Based on the outcomes from the International Conference on Concussion in Sport held in Amsterdam in October 2022, the resulting statement involved more than 100 expert researchers and clinicians from around the world and represents consensus on the current understanding of concussions in sports. 

This statement considers the latest research findings and advancements in the field. It also incorporates novel aspects that were not present in previous versions of the statement, reflecting the progress made in understanding concussions and their management – with the purpose being to optimise the care of athletes at all levels of participation who have, or who are at risk of, concussion.

One of the primary objectives of the conference was to identify research priorities in the field of sports-related concussions. By doing so, it aimed to guide future research efforts, ensuring that scientific inquiries are directed towards areas that require further investigation and development.
ISEH Concussion specialists Professor Mike Loosemore MBE and Dr Michael Turner were heavily involved in the development of this consensus statement, as they dedicated a vast time over a 2- year period to review findings in the systematic reviews. 

Professor Mike Loosemore MBE, ensured guidance for the SCOAT 6 and SCOAT 6 Child was accurate and aligned to the latest research findings. The SCOAT 6 is designed as an office tool to be used to help diagnose concussion after the first 72 hours. The tools have been researched and are valid for up to a month from the original concussion. 

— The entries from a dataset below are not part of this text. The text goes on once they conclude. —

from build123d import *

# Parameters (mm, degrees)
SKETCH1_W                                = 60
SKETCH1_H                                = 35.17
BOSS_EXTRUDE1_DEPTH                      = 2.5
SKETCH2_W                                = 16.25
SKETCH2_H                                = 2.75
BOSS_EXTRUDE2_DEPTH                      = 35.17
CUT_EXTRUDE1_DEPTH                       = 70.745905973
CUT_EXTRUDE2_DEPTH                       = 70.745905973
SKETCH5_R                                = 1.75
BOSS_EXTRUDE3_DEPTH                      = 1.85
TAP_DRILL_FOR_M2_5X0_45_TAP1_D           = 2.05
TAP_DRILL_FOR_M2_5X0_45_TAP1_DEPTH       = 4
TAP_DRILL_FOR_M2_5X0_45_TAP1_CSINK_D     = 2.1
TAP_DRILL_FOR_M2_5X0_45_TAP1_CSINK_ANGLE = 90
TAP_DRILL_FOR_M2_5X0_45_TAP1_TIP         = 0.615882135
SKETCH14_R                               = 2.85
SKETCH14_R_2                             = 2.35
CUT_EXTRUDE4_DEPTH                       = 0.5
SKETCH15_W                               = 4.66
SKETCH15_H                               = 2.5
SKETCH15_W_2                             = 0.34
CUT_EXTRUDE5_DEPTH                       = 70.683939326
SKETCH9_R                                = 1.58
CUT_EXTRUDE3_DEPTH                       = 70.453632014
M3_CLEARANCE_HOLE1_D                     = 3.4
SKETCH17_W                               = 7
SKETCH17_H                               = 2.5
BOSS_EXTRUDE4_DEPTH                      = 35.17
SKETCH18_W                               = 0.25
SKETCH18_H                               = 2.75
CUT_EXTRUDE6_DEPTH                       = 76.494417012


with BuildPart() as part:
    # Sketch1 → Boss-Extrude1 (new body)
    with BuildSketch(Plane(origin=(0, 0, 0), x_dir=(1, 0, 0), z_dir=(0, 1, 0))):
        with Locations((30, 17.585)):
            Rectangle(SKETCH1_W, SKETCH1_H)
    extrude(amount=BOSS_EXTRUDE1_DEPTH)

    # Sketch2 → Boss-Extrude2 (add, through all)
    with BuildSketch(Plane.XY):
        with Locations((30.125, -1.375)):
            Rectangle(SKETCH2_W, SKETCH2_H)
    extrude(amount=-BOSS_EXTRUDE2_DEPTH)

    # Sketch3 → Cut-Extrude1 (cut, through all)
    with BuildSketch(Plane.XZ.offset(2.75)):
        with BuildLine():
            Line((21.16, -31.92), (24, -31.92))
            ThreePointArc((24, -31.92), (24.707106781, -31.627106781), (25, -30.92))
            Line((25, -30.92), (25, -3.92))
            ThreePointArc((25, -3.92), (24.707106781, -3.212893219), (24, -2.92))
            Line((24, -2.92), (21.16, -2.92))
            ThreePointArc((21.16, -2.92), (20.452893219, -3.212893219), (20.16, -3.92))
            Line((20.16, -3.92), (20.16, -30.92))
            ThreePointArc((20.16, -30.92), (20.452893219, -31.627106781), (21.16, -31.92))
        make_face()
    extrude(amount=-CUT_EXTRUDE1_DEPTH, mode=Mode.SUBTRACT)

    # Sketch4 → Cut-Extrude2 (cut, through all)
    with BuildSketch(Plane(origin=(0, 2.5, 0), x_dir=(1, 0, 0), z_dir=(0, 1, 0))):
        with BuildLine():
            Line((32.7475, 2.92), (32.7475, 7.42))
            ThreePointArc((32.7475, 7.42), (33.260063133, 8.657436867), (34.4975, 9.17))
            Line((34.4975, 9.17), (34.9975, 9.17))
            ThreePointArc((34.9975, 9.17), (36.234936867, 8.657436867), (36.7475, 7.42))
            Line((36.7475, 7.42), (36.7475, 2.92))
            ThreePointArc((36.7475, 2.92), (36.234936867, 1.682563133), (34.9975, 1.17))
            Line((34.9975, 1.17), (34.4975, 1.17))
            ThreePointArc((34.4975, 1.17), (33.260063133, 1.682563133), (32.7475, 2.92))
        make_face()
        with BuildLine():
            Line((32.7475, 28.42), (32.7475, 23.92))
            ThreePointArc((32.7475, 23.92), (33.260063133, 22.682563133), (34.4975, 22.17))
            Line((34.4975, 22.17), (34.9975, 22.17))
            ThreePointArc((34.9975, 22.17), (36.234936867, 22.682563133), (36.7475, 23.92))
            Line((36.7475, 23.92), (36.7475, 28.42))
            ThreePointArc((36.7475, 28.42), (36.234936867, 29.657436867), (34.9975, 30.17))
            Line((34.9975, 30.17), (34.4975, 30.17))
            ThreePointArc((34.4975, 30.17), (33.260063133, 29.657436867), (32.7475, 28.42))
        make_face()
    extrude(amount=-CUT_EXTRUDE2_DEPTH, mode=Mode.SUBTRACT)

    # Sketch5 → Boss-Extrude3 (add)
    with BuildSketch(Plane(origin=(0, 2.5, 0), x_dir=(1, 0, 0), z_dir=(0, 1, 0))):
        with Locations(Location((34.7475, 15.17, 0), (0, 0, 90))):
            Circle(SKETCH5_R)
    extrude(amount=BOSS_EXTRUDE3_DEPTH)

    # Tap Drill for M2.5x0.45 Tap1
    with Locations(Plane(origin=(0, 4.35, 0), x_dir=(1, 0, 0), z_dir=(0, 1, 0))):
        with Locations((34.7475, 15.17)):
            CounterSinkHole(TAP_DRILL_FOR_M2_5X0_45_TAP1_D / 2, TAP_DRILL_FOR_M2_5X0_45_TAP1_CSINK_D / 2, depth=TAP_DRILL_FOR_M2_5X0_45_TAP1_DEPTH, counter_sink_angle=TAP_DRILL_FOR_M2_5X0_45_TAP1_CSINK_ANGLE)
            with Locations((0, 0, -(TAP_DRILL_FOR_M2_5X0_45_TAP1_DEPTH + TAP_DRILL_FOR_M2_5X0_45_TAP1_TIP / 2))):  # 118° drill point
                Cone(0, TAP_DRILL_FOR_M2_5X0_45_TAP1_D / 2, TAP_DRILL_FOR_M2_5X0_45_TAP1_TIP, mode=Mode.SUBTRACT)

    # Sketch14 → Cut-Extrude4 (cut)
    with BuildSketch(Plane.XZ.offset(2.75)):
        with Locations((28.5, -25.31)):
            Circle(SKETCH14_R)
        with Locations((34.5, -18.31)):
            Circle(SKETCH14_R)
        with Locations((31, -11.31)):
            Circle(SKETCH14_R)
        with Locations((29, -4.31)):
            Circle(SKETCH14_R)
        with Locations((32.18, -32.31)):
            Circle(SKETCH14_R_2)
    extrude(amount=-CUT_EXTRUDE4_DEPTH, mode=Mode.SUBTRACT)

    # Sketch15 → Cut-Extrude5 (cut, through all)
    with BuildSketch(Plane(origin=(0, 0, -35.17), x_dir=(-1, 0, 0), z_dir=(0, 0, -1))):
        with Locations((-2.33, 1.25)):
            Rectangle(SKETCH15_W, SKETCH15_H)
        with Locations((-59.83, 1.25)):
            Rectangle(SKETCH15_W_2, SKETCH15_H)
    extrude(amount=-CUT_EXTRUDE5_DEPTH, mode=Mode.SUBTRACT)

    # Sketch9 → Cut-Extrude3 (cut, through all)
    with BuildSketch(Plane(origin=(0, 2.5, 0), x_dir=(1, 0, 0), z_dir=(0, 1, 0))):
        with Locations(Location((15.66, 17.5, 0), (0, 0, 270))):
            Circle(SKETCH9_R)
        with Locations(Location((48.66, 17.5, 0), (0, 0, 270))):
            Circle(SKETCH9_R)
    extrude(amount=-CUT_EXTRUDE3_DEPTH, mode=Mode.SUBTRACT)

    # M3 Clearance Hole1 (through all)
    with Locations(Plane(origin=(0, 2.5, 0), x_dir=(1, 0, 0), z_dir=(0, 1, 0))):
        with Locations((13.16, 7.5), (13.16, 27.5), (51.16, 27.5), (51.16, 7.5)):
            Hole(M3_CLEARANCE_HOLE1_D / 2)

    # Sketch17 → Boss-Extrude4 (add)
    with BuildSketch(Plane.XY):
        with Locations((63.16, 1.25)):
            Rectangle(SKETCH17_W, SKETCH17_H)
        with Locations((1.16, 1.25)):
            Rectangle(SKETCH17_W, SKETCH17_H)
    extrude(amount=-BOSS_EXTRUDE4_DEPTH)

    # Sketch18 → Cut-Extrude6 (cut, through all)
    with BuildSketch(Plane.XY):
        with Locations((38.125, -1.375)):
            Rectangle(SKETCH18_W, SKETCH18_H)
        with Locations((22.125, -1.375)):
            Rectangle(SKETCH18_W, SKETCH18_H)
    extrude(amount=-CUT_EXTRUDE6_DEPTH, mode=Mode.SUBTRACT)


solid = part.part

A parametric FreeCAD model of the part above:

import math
import FreeCAD as App
import Part
import Sketcher
from FreeCAD import Vector

doc = App.newDocument("Part")
body = doc.addObject("PartDesign::Body", "Body")

sketch1 = body.newObject("Sketcher::SketchObject", "Sketch")
sketch1.AttachmentSupport = (doc.getObject("XZ_Plane"), [""])
sketch1.MapMode = "FlatFace"
sketch1.addGeometry([
    Part.LineSegment(Vector(0, -35.17, 0), Vector(0, 0, 0)),
    Part.LineSegment(Vector(0, 0, 0), Vector(60, 0, 0)),
    Part.LineSegment(Vector(60, 0, 0), Vector(60, -35.17, 0)),
    Part.LineSegment(Vector(60, -35.17, 0), Vector(0, -35.17, 0)),
], False)
sketch1.addConstraint([
    Sketcher.Constraint("Coincident", 0, 2, 1, 1),
    Sketcher.Constraint("Coincident", 1, 2, 2, 1),
    Sketcher.Constraint("Coincident", 2, 2, 3, 1),
    Sketcher.Constraint("Coincident", 3, 2, 0, 1),
    Sketcher.Constraint("Vertical", 0),
    Sketcher.Constraint("Horizontal", 1),
    Sketcher.Constraint("Vertical", 2),
    Sketcher.Constraint("Horizontal", 3),
    Sketcher.Constraint("Coincident", 0, 2, -1, 1),
    Sketcher.Constraint("DistanceX", 1, 1, 1, 2, 60.0),
    Sketcher.Constraint("DistanceY", 0, 1, 0, 2, 35.17),
])
pad1 = body.newObject("PartDesign::Pad", "Pad")
pad1.Profile = sketch1
pad1.Length = 2.5
pad1.Reversed = True

sketch2 = body.newObject("Sketcher::SketchObject", "Sketch001")
sketch2.AttachmentSupport = (doc.getObject("XY_Plane"), [""])
sketch2.MapMode = "FlatFace"
sketch2.addGeometry([
    Part.LineSegment(Vector(22, 0, 0), Vector(22, -2.75, 0)),
    Part.LineSegment(Vector(22, -2.75, 0), Vector(38.25, -2.75, 0)),
    Part.LineSegment(Vector(38.25, -2.75, 0), Vector(38.25, 0, 0)),
    Part.LineSegment(Vector(38.25, 0, 0), Vector(22, 0, 0)),
], False)
sketch2.addConstraint([
    Sketcher.Constraint("Coincident", 0, 2, 1, 1),
    Sketcher.Constraint("Coincident", 1, 2, 2, 1),
    Sketcher.Constraint("Coincident", 2, 2, 3, 1),
    Sketcher.Constraint("Coincident", 3, 2, 0, 1),
    Sketcher.Constraint("Vertical", 0),
    Sketcher.Constraint("Horizontal", 1),
    Sketcher.Constraint("Vertical", 2),
    Sketcher.Constraint("Horizontal", 3),
    Sketcher.Constraint("PointOnObject", 2, 2, -1),
    Sketcher.Constraint("DistanceX", -1, 1, 0, 2, 22.0),
    Sketcher.Constraint("DistanceX", 1, 1, 1, 2, 16.25),
    Sketcher.Constraint("DistanceY", 0, 2, 0, 1, 2.75),
])
pad2 = body.newObject("PartDesign::Pad", "Pad001")
pad2.Profile = sketch2
pad2.Length = 35.17
pad2.Reversed = True

sketch3 = body.newObject("Sketcher::SketchObject", "Sketch002")
sketch3.AttachmentSupport = (doc.getObject("XZ_Plane"), [""])
sketch3.MapMode = "FlatFace"
sketch3.AttachmentOffset = App.Placement(Vector(0, 0, 2.75), App.Rotation())
sketch3.addGeometry([
    Part.LineSegment(Vector(21.16, -31.92, 0), Vector(24, -31.92, 0)),
    Part.ArcOfCircle(Part.Circle(Vector(24, -30.92, 0), Vector(0, 0, 1), 1), math.radians(-90), math.radians(0)),
    Part.LineSegment(Vector(25, -30.92, 0), Vector(25, -3.92, 0)),
    Part.ArcOfCircle(Part.Circle(Vector(24, -3.92, 0), Vector(0, 0, 1), 1), math.radians(0), math.radians(90)),
    Part.LineSegment(Vector(24, -2.92, 0), Vector(21.16, -2.92, 0)),
    Part.ArcOfCircle(Part.Circle(Vector(21.16, -3.92, 0), Vector(0, 0, 1), 1), math.radians(90), math.radians(180)),
    Part.LineSegment(Vector(20.16, -3.92, 0), Vector(20.16, -30.92, 0)),
    Part.ArcOfCircle(Part.Circle(Vector(21.16, -30.92, 0), Vector(0, 0, 1), 1), math.radians(-180), math.radians(-90)),
], False)
sketch3.addConstraint([
    Sketcher.Constraint("Tangent", 0, 2, 1, 1),
    Sketcher.Constraint("Tangent", 1, 2, 2, 1),
    Sketcher.Constraint("Tangent", 2, 2, 3, 1),
    Sketcher.Constraint("Tangent", 3, 2, 4, 1),
    Sketcher.Constraint("Tangent", 4, 2, 5, 1),
    Sketcher.Constraint("Tangent", 5, 2, 6, 1),
    Sketcher.Constraint("Tangent", 6, 2, 7, 1),
    Sketcher.Constraint("Tangent", 7, 2, 0, 1),
    Sketcher.Constraint("Horizontal", 0),
    Sketcher.Constraint("Vertical", 2),
    Sketcher.Constraint("Horizontal", 4),
    Sketcher.Constraint("Vertical", 6),
    Sketcher.Constraint("Equal", 1, 3),
    Sketcher.Constraint("Equal", 3, 5),
    Sketcher.Constraint("Equal", 5, 7),
    Sketcher.Constraint("Radius", 1, 1.0),
    Sketcher.Constraint("DistanceY", 2, 1, 2, 2, 27.0),
    Sketcher.Constraint("DistanceX", -1, 1, 1, 3, 24.0),
    Sketcher.Constraint("DistanceX", 0, 1, 0, 2, 2.84),
    Sketcher.Constraint("DistanceY", 1, 3, -1, 1, 30.92),
])
pocket1 = body.newObject("PartDesign::Pocket", "Pocket")
pocket1.Profile = sketch3
pocket1.Type = "ThroughAll"

sketch4 = body.newObject("Sketcher::SketchObject", "Sketch003")
sketch4.AttachmentSupport = (doc.getObject("XZ_Plane"), [""])
sketch4.MapMode = "FlatFace"
sketch4.AttachmentOffset = App.Placement(Vector(0, 0, -2.5), App.Rotation())
sketch4.addGeometry([
    Part.LineSegment(Vector(32.7475, -7.42, 0), Vector(32.7475, -2.92, 0)),
    Part.ArcOfCircle(Part.Circle(Vector(34.4975, -2.92, 0), Vector(0, 0, 1), 1.75), math.radians(90), math.radians(180)),
    Part.LineSegment(Vector(34.4975, -1.17, 0), Vector(34.9975, -1.17, 0)),
    Part.ArcOfCircle(Part.Circle(Vector(34.9975, -2.92, 0), Vector(0, 0, 1), 1.75), math.radians(0), math.radians(90)),
    Part.LineSegment(Vector(36.7475, -2.92, 0), Vector(36.7475, -7.42, 0)),
    Part.ArcOfCircle(Part.Circle(Vector(34.9975, -7.42, 0), Vector(0, 0, 1), 1.75), math.radians(-90), math.radians(0)),
    Part.LineSegment(Vector(34.9975, -9.17, 0), Vector(34.4975, -9.17, 0)),
    Part.ArcOfCircle(Part.Circle(Vector(34.4975, -7.42, 0), Vector(0, 0, 1), 1.75), math.radians(180), math.radians(270)),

Dr Michael Turner was tasked with reviewing two of the systematic reviews and was also a Co-author of the last 3 Consensus statements (Zurich, Berlin, Amsterdam).

The Consensus Statement on Concussion in Sport includes:
•    New and updated age-appropriate tools to aid identification and management of condition
•    New versions of return to active sport and education strategies
•    Stronger evidence for benefits of light intensity exercise within first 48 hours to aid recover
•    New targeted approach to rehabilitation
•    Call for interdisciplinary working group to guide research into potential long-term effects

This new statement provides clinicians and sports organisations with the appropriate tools to help them better identify and manage sports related concussion in the short and longer term and ultimately, improve athlete care at all levels of sports participation.